ABOUT THIS EXERCISE: Lines to restate from the data below: from the one containing "f 649 262 650" to the one containing "(0, 17.630064794), align=None)", both included. Give them again exactly, and only them.

EXTRACTED ENTRIES:
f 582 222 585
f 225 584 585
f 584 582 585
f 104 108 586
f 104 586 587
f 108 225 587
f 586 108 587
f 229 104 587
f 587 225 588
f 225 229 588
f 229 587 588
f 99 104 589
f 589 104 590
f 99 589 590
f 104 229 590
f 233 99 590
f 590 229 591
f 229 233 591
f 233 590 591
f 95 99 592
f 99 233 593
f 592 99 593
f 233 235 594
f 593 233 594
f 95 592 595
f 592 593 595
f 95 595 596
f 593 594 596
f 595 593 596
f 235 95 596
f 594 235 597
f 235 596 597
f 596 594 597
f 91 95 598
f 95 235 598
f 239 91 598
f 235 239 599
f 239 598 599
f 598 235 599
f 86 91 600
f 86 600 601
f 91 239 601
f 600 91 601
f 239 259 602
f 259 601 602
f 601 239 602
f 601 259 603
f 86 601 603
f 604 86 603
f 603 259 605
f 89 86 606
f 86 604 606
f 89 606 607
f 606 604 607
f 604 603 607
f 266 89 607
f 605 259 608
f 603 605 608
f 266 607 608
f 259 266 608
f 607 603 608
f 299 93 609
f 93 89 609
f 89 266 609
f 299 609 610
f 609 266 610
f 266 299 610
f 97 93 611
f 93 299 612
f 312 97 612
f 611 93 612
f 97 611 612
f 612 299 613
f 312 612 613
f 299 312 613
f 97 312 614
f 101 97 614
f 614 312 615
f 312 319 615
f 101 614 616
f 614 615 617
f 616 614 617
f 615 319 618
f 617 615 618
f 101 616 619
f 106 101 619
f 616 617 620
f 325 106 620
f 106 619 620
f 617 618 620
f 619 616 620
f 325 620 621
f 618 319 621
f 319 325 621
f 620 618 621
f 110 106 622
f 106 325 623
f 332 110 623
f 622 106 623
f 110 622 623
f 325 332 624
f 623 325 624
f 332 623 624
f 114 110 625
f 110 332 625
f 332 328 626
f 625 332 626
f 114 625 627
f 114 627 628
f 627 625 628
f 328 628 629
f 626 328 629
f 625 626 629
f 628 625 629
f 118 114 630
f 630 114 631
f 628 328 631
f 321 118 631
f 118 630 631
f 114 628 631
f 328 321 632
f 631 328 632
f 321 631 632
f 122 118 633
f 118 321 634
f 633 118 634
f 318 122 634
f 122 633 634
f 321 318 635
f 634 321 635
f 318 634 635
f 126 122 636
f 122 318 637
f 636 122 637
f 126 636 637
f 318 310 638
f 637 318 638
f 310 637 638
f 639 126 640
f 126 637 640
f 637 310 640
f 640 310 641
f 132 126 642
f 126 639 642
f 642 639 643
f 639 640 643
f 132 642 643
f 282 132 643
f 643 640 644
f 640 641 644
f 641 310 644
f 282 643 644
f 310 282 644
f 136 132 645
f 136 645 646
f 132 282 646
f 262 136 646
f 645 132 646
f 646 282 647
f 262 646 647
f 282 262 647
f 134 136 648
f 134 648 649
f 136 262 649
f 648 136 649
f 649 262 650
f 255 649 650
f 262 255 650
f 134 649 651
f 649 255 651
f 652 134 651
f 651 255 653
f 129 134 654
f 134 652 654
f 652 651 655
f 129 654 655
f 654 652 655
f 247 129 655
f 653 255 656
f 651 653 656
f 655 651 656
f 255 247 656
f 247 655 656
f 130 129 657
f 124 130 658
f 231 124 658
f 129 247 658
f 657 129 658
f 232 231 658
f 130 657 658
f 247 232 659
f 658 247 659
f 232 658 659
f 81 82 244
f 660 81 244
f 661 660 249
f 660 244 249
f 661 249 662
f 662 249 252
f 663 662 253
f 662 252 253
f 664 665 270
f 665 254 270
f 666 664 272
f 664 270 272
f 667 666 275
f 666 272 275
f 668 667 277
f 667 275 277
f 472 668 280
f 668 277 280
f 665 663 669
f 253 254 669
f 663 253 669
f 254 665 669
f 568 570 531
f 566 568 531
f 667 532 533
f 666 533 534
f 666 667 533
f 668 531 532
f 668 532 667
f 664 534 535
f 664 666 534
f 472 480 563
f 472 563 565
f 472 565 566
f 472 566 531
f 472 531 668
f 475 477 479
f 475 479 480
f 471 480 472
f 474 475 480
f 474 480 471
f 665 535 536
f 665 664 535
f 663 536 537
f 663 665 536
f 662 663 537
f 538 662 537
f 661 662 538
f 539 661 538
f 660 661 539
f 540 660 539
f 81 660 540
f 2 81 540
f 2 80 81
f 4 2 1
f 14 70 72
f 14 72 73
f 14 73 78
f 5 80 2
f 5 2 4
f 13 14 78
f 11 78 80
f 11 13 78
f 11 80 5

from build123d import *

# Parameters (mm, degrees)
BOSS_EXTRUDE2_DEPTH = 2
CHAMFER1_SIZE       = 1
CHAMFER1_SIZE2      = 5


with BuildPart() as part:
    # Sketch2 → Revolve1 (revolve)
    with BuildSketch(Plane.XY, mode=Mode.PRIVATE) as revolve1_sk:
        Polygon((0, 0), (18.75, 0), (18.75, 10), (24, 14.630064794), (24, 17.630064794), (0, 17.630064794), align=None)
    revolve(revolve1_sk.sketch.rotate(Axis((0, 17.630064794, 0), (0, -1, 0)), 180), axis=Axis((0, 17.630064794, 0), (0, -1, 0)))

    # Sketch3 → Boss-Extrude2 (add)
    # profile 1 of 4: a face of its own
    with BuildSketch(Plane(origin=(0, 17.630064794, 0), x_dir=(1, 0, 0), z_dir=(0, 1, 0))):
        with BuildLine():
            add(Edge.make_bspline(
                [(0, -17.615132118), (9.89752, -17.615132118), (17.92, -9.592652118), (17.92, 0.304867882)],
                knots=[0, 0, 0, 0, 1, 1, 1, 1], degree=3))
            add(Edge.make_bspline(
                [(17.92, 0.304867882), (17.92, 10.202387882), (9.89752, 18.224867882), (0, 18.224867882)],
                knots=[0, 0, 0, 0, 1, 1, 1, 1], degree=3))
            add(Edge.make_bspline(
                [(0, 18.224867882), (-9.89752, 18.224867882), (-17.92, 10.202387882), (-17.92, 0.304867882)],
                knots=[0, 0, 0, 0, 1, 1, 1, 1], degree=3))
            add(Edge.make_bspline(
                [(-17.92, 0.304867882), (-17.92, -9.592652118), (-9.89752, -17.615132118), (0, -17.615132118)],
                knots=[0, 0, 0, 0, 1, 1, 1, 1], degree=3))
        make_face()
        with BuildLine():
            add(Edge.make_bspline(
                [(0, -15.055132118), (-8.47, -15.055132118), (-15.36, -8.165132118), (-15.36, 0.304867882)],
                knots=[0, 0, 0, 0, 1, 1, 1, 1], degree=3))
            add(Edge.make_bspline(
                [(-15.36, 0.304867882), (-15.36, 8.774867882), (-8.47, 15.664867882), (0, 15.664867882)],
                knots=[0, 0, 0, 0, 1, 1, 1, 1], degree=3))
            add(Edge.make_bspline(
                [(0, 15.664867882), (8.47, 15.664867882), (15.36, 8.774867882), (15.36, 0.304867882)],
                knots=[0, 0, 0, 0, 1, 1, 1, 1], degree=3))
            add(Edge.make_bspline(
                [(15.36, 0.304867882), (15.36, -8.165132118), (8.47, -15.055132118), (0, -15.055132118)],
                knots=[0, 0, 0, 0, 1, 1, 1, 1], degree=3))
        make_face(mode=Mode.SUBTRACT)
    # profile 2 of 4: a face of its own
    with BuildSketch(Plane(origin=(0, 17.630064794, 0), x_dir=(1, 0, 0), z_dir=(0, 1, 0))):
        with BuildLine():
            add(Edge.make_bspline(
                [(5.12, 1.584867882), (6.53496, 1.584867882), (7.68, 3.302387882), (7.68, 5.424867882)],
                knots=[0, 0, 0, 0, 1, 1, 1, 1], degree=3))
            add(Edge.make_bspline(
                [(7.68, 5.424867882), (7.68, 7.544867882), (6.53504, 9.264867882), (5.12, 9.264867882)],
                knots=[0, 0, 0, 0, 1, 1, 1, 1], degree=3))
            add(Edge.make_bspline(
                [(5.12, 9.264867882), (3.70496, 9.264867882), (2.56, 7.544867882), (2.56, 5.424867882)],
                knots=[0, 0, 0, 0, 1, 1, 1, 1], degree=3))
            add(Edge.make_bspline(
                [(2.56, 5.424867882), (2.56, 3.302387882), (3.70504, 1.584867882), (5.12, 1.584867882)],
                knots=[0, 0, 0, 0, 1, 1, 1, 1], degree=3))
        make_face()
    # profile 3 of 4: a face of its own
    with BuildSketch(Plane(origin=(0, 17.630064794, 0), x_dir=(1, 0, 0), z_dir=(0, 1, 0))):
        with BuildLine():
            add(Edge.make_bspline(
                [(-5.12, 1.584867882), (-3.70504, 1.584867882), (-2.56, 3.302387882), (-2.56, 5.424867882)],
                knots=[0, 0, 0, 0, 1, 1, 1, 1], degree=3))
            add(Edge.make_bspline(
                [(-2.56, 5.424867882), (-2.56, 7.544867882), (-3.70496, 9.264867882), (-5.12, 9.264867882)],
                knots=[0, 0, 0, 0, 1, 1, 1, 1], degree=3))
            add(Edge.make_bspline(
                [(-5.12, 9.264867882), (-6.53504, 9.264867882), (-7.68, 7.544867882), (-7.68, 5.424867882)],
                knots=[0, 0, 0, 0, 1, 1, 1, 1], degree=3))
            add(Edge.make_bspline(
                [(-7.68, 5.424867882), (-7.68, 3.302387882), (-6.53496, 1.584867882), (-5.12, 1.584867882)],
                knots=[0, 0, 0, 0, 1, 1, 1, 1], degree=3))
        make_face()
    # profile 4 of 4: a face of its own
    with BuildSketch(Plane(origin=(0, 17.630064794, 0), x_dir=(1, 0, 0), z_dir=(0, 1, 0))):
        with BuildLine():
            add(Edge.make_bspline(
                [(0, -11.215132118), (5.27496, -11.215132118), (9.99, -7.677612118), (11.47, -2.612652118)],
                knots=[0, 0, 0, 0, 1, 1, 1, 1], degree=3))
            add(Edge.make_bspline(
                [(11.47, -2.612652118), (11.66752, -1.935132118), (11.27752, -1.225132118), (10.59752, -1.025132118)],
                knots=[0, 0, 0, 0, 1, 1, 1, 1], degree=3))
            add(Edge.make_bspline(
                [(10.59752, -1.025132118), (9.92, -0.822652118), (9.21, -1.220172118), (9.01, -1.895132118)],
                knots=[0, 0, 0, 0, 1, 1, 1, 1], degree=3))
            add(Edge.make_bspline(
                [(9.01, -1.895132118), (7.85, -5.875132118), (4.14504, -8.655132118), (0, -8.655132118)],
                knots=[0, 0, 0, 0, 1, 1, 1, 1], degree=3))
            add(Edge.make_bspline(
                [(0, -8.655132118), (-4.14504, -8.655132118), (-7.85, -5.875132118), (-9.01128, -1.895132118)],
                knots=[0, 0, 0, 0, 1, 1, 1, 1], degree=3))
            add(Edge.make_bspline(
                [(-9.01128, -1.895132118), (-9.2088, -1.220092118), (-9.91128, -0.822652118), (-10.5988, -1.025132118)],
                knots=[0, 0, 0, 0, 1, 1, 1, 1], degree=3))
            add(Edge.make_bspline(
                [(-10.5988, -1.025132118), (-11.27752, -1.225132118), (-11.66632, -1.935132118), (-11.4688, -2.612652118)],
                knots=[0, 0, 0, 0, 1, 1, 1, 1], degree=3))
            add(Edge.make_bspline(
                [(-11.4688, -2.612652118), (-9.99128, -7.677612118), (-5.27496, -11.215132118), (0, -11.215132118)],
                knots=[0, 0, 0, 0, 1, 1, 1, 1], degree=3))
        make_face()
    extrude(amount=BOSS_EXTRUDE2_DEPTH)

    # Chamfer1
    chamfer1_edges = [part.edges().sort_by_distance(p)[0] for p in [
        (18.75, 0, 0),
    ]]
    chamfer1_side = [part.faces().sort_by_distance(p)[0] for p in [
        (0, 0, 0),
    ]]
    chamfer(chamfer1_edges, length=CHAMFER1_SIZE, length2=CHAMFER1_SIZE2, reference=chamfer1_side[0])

RESPONSE TO THE EXERCISE:
f 649 262 650
f 255 649 650
f 262 255 650
f 134 649 651
f 649 255 651
f 652 134 651
f 651 255 653
f 129 134 654
f 134 652 654
f 652 651 655
f 129 654 655
f 654 652 655
f 247 129 655
f 653 255 656
f 651 653 656
f 655 651 656
f 255 247 656
f 247 655 656
f 130 129 657
f 124 130 658
f 231 124 658
f 129 247 658
f 657 129 658
f 232 231 658
f 130 657 658
f 247 232 659
f 658 247 659
f 232 658 659
f 81 82 244
f 660 81 244
f 661 660 249
f 660 244 249
f 661 249 662
f 662 249 252
f 663 662 253
f 662 252 253
f 664 665 270
f 665 254 270
f 666 664 272
f 664 270 272
f 667 666 275
f 666 272 275
f 668 667 277
f 667 275 277
f 472 668 280
f 668 277 280
f 665 663 669
f 253 254 669
f 663 253 669
f 254 665 669
f 568 570 531
f 566 568 531
f 667 532 533
f 666 533 534
f 666 667 533
f 668 531 532
f 668 532 667
f 664 534 535
f 664 666 534
f 472 480 563
f 472 563 565
f 472 565 566
f 472 566 531
f 472 531 668
f 475 477 479
f 475 479 480
f 471 480 472
f 474 475 480
f 474 480 471
f 665 535 536
f 665 664 535
f 663 536 537
f 663 665 536
f 662 663 537
f 538 662 537
f 661 662 538
f 539 661 538
f 660 661 539
f 540 660 539
f 81 660 540
f 2 81 540
f 2 80 81
f 4 2 1
f 14 70 72
f 14 72 73
f 14 73 78
f 5 80 2
f 5 2 4
f 13 14 78
f 11 78 80
f 11 13 78
f 11 80 5

from build123d import *

# Parameters (mm, degrees)
BOSS_EXTRUDE2_DEPTH = 2
CHAMFER1_SIZE       = 1
CHAMFER1_SIZE2      = 5


with BuildPart() as part:
    # Sketch2 → Revolve1 (revolve)
    with BuildSketch(Plane.XY, mode=Mode.PRIVATE) as revolve1_sk:
        Polygon((0, 0), (18.75, 0), (18.75, 10), (24, 14.630064794), (24, 17.630064794), (0, 17.630064794), align=None)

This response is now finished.